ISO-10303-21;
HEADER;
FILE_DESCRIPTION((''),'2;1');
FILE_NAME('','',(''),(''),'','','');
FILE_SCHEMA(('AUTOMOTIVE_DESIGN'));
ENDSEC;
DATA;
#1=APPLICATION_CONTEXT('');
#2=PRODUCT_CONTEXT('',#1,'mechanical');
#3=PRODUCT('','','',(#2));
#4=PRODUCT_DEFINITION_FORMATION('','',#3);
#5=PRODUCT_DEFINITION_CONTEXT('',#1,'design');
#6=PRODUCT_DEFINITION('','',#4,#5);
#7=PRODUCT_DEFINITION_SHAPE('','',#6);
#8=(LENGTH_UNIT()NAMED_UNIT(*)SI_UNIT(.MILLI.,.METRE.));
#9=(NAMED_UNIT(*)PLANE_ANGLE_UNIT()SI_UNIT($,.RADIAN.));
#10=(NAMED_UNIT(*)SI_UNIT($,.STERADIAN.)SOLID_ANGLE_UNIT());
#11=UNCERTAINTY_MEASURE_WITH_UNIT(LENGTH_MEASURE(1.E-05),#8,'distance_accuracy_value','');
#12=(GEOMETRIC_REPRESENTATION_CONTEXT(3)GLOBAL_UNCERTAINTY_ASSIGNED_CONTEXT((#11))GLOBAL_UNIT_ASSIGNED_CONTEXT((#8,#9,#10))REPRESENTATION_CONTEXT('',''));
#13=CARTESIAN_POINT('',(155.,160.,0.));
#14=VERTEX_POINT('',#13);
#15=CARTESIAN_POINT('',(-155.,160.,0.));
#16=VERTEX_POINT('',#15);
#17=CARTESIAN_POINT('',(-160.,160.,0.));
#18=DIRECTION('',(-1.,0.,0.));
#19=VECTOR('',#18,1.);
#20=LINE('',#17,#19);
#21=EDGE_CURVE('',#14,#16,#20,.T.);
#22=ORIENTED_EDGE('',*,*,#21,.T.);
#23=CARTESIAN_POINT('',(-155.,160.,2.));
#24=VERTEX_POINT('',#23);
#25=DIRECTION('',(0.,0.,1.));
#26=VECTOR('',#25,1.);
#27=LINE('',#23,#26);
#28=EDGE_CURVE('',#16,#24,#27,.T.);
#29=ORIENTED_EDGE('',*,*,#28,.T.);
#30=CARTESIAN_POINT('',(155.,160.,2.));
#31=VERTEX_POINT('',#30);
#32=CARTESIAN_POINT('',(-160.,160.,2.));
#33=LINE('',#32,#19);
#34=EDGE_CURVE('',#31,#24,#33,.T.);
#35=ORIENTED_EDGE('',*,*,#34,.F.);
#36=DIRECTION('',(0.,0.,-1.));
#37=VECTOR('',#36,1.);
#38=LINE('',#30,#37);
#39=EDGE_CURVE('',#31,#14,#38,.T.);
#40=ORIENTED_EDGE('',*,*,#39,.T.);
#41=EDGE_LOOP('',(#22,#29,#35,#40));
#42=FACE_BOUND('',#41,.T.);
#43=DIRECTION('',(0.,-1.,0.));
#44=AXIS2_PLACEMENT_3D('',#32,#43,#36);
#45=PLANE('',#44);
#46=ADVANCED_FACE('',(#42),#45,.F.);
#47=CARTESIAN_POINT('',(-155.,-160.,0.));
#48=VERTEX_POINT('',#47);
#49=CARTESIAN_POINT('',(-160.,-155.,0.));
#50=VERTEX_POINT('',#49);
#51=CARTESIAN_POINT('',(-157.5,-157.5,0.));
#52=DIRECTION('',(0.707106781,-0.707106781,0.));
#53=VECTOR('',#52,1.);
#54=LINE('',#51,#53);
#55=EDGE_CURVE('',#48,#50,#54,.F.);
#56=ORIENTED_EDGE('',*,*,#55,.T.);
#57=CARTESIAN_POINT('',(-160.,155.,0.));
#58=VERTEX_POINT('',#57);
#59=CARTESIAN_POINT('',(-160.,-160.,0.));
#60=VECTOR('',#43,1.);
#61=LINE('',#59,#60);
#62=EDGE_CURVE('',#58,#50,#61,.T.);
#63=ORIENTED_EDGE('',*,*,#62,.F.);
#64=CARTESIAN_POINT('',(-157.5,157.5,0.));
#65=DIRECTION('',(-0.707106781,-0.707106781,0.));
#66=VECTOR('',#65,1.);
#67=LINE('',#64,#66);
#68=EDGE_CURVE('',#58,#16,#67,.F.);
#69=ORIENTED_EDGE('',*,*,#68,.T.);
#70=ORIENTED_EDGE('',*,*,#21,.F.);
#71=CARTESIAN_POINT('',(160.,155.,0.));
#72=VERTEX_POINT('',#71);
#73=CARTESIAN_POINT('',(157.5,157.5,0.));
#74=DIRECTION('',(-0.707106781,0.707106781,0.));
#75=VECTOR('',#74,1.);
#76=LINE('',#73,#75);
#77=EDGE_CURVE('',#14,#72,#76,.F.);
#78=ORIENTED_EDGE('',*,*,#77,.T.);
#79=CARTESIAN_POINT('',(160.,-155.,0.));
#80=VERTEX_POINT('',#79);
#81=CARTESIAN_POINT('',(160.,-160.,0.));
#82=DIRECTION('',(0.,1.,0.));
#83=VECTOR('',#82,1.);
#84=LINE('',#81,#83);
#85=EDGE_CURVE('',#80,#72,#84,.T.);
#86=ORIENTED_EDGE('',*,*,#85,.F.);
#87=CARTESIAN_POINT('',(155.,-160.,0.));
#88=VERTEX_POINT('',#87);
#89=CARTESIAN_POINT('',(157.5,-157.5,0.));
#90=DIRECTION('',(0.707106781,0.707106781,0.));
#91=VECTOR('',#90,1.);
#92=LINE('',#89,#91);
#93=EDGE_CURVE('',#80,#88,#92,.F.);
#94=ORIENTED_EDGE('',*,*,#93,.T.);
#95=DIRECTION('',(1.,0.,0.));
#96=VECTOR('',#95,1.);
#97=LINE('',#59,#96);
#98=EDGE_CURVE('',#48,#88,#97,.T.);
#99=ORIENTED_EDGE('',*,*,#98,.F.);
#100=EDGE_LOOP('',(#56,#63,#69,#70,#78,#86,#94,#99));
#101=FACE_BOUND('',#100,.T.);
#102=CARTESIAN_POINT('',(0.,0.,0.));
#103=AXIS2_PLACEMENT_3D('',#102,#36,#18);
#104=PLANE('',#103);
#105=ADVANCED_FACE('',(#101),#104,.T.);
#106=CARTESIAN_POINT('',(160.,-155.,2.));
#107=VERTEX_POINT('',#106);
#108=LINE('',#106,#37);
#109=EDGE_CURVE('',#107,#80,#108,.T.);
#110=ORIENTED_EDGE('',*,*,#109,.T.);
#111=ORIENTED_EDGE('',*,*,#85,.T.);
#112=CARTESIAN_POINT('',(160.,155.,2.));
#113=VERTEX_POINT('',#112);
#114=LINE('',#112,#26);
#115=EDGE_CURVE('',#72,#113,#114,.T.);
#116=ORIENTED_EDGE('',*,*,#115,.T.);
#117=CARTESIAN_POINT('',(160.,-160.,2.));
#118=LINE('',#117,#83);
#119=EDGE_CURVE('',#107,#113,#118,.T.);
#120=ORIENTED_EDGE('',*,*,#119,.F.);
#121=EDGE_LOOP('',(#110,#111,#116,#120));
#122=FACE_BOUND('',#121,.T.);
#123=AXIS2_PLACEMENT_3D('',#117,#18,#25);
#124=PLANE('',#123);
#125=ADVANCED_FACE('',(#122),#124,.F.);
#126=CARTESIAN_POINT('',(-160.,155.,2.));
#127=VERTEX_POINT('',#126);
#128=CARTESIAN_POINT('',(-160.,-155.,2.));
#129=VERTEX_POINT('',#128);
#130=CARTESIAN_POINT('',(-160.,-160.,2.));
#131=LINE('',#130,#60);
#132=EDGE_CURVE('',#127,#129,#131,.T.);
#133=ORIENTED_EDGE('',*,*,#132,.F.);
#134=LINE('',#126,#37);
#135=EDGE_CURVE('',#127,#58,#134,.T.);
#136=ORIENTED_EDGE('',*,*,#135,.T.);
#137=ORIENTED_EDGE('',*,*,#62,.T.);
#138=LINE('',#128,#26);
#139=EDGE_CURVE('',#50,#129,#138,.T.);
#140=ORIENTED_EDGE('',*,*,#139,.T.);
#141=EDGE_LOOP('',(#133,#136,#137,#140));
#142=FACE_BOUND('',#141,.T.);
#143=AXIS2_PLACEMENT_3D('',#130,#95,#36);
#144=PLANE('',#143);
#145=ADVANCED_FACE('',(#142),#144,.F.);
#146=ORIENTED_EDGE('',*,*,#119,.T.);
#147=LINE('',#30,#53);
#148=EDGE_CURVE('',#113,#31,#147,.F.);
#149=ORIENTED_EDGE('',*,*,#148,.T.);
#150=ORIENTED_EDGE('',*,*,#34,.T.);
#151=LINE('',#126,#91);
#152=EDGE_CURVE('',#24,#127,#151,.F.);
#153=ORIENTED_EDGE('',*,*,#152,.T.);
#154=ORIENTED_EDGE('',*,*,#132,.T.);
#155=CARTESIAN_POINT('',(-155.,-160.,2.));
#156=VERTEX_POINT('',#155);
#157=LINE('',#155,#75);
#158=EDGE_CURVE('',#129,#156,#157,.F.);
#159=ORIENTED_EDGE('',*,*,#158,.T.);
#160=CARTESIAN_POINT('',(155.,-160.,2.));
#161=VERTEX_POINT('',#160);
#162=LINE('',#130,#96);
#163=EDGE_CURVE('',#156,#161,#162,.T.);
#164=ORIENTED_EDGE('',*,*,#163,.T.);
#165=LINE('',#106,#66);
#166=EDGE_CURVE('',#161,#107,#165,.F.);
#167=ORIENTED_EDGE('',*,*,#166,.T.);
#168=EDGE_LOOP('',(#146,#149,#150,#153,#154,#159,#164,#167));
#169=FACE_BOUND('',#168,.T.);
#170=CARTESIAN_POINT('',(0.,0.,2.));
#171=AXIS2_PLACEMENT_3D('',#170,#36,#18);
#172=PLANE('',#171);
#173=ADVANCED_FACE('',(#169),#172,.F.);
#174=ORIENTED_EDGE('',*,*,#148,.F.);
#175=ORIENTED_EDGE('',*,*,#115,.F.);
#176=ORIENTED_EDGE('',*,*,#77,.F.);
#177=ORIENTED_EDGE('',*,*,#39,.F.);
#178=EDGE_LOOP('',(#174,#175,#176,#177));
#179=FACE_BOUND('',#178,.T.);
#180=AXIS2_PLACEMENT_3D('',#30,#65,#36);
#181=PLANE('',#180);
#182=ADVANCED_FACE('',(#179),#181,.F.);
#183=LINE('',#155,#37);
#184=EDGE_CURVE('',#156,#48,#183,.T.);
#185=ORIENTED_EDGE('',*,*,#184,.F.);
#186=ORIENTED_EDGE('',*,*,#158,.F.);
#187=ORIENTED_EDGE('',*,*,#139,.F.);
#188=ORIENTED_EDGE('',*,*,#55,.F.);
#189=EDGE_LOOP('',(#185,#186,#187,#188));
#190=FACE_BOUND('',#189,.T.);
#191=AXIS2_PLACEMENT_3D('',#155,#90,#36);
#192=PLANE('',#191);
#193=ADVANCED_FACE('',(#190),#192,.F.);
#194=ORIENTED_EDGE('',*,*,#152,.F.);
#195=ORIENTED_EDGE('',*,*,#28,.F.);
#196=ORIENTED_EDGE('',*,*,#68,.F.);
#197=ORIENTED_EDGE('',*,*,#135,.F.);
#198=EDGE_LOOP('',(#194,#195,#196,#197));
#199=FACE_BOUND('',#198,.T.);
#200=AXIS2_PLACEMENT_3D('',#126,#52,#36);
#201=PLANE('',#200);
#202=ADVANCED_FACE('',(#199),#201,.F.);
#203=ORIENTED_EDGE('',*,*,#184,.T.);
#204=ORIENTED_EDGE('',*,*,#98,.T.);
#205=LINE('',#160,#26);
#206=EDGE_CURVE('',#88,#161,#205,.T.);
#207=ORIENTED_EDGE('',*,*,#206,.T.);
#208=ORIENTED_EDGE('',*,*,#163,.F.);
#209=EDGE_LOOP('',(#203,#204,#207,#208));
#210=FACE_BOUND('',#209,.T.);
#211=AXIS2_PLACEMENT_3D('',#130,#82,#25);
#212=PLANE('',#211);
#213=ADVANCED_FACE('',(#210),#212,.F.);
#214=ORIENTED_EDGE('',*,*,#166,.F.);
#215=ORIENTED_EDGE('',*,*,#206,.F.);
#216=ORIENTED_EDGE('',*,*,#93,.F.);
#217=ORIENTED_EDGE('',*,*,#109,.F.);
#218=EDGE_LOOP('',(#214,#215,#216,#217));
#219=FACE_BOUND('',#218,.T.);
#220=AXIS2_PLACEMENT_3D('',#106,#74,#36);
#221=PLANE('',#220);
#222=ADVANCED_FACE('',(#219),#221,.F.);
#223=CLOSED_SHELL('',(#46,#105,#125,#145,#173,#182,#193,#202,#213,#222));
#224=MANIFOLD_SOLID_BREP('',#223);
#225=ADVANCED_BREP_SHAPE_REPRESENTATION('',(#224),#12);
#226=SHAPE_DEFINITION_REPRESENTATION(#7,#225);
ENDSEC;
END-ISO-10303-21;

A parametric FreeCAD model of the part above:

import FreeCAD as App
import Part
import Sketcher

V = App.Vector


def edges_at(feature, points):
    """Names of the edges that pass closest to the given points."""
    edges = feature.Shape.Edges
    near = lambda p: min(range(len(edges)), key=lambda i: edges[i].distToShape(Part.Vertex(*p))[0])
    return sorted({f"Edge{near(p) + 1}" for p in points})

doc = App.newDocument("Part")
body = doc.addObject("PartDesign::Body", "Body")

# Sketch on XY plane
sketch1 = body.newObject("Sketcher::SketchObject", "Sketch")
sketch1.AttachmentSupport = (doc.getObject("XY_Plane"), [""])
sketch1.MapMode = "FlatFace"
sketch1.addGeometry([
    Part.LineSegment(V(-160, 160, 0), V(-160, -160, 0)),
    Part.LineSegment(V(-160, -160, 0), V(160, -160, 0)),
    Part.LineSegment(V(160, -160, 0), V(160, 160, 0)),
    Part.LineSegment(V(160, 160, 0), V(-160, 160, 0)),
], False)
sketch1.addConstraint([
    Sketcher.Constraint("Coincident", 0, 2, 1, 1),
    Sketcher.Constraint("Coincident", 1, 2, 2, 1),
    Sketcher.Constraint("Coincident", 2, 2, 3, 1),
    Sketcher.Constraint("Coincident", 3, 2, 0, 1),
    Sketcher.Constraint("Vertical", 0),
    Sketcher.Constraint("Horizontal", 1),
    Sketcher.Constraint("Vertical", 2),
    Sketcher.Constraint("Horizontal", 3),
    Sketcher.Constraint("Symmetric", 0, 2, 2, 2, -1, 1),
    Sketcher.Constraint("Equal", 3, 0),
    Sketcher.Constraint("DistanceX", 1, 1, 1, 2, 320.0),
])
pad1 = body.newObject("PartDesign::Pad", "Pad")
pad1.Profile = sketch1
pad1.Length = 2
doc.recompute()

chamfer = body.newObject("PartDesign::Chamfer", "Chamfer")
chamfer.Base = (pad1, edges_at(pad1, [
    (160, -160, 1),
    (-160, -160, 1),
    (-160, 160, 1),
    (160, 160, 1),
]))
chamfer.Size = 5

doc.recompute()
+ + +
**EXERCISE DESCRIPTION**
Look above for the line with "#129=VERTEX_POINT('',#128);" and the line with "#152=EDGE_CURVE('',#24,#127,#151,.F.);". Retype those two lines and every line between them exactly, adding nothing.

**RESPONSE TO THE TASK**
#129=VERTEX_POINT('',#128);
#130=CARTESIAN_POINT('',(-160.,-160.,2.));
#131=LINE('',#130,#60);
#132=EDGE_CURVE('',#127,#129,#131,.T.);
#133=ORIENTED_EDGE('',*,*,#132,.F.);
#134=LINE('',#126,#37);
#135=EDGE_CURVE('',#127,#58,#134,.T.);
#136=ORIENTED_EDGE('',*,*,#135,.T.);
#137=ORIENTED_EDGE('',*,*,#62,.T.);
#138=LINE('',#128,#26);
#139=EDGE_CURVE('',#50,#129,#138,.T.);
#140=ORIENTED_EDGE('',*,*,#139,.T.);
#141=EDGE_LOOP('',(#133,#136,#137,#140));
#142=FACE_BOUND('',#141,.T.);
#143=AXIS2_PLACEMENT_3D('',#130,#95,#36);
#144=PLANE('',#143);
#145=ADVANCED_FACE('',(#142),#144,.F.);
#146=ORIENTED_EDGE('',*,*,#119,.T.);
#147=LINE('',#30,#53);
#148=EDGE_CURVE('',#113,#31,#147,.F.);
#149=ORIENTED_EDGE('',*,*,#148,.T.);
#150=ORIENTED_EDGE('',*,*,#34,.T.);
#151=LINE('',#126,#91);
#152=EDGE_CURVE('',#24,#127,#151,.F.);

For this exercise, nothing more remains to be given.